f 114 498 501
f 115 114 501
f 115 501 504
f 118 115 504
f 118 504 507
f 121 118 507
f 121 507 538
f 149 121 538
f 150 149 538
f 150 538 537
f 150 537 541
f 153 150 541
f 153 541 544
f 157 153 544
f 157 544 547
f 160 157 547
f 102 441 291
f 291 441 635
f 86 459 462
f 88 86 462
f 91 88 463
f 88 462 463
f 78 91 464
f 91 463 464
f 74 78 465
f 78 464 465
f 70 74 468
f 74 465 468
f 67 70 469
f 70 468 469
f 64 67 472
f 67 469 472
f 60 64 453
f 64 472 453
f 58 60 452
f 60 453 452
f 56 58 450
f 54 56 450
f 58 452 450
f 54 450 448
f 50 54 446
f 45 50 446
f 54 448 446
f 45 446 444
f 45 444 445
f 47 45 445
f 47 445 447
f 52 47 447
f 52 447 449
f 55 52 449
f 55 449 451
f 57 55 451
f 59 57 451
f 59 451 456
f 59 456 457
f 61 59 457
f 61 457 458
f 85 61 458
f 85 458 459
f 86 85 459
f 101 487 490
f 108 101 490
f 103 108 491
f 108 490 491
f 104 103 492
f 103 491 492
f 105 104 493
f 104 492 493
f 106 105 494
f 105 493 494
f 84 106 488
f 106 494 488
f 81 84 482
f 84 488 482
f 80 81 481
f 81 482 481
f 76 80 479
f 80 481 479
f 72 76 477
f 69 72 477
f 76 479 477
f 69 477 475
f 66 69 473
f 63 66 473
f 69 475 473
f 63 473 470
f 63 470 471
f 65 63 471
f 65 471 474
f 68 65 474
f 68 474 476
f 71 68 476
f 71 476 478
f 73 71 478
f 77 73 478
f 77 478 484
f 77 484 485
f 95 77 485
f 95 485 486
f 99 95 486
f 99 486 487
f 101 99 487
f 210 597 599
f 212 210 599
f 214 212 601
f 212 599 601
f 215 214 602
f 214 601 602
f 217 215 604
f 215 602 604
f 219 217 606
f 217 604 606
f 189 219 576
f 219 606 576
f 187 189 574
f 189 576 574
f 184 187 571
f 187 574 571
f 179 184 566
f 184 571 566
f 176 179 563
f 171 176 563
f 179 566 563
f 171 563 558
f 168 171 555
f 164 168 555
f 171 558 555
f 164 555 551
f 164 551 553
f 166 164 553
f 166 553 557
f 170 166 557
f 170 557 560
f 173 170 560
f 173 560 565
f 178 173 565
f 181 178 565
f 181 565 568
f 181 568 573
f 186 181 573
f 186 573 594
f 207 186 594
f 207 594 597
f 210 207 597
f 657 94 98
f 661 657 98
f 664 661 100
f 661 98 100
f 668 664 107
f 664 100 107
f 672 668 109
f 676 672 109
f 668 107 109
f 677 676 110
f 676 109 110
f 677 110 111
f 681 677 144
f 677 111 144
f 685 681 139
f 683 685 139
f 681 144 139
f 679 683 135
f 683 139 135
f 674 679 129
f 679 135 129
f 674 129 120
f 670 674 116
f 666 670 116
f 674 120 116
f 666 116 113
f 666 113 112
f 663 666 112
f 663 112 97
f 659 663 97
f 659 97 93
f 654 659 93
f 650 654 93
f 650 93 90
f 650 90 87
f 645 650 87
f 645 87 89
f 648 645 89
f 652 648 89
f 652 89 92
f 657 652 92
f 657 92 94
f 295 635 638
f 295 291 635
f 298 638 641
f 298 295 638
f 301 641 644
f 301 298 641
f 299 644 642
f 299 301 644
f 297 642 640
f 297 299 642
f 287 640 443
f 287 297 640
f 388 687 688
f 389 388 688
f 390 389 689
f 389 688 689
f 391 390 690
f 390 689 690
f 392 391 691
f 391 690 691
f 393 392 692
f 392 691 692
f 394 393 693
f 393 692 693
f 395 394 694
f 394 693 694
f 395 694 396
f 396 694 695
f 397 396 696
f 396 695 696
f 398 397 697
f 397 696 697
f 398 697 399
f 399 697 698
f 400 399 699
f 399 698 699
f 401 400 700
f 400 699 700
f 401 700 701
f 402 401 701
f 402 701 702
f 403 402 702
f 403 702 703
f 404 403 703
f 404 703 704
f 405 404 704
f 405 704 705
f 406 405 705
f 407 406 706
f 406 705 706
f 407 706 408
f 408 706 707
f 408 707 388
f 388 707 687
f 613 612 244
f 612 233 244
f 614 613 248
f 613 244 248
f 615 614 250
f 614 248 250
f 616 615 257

> [TASK]: What are the lines, exactly as written above, from the line with "f 166 164 553" to the line with "f 677 110 111", both included? Output only those.

> [OUTPUT FOR THIS TASK]:
f 166 164 553
f 166 553 557
f 170 166 557
f 170 557 560
f 173 170 560
f 173 560 565
f 178 173 565
f 181 178 565
f 181 565 568
f 181 568 573
f 186 181 573
f 186 573 594
f 207 186 594
f 207 594 597
f 210 207 597
f 657 94 98
f 661 657 98
f 664 661 100
f 661 98 100
f 668 664 107
f 664 100 107
f 672 668 109
f 676 672 109
f 668 107 109
f 677 676 110
f 676 109 110
f 677 110 111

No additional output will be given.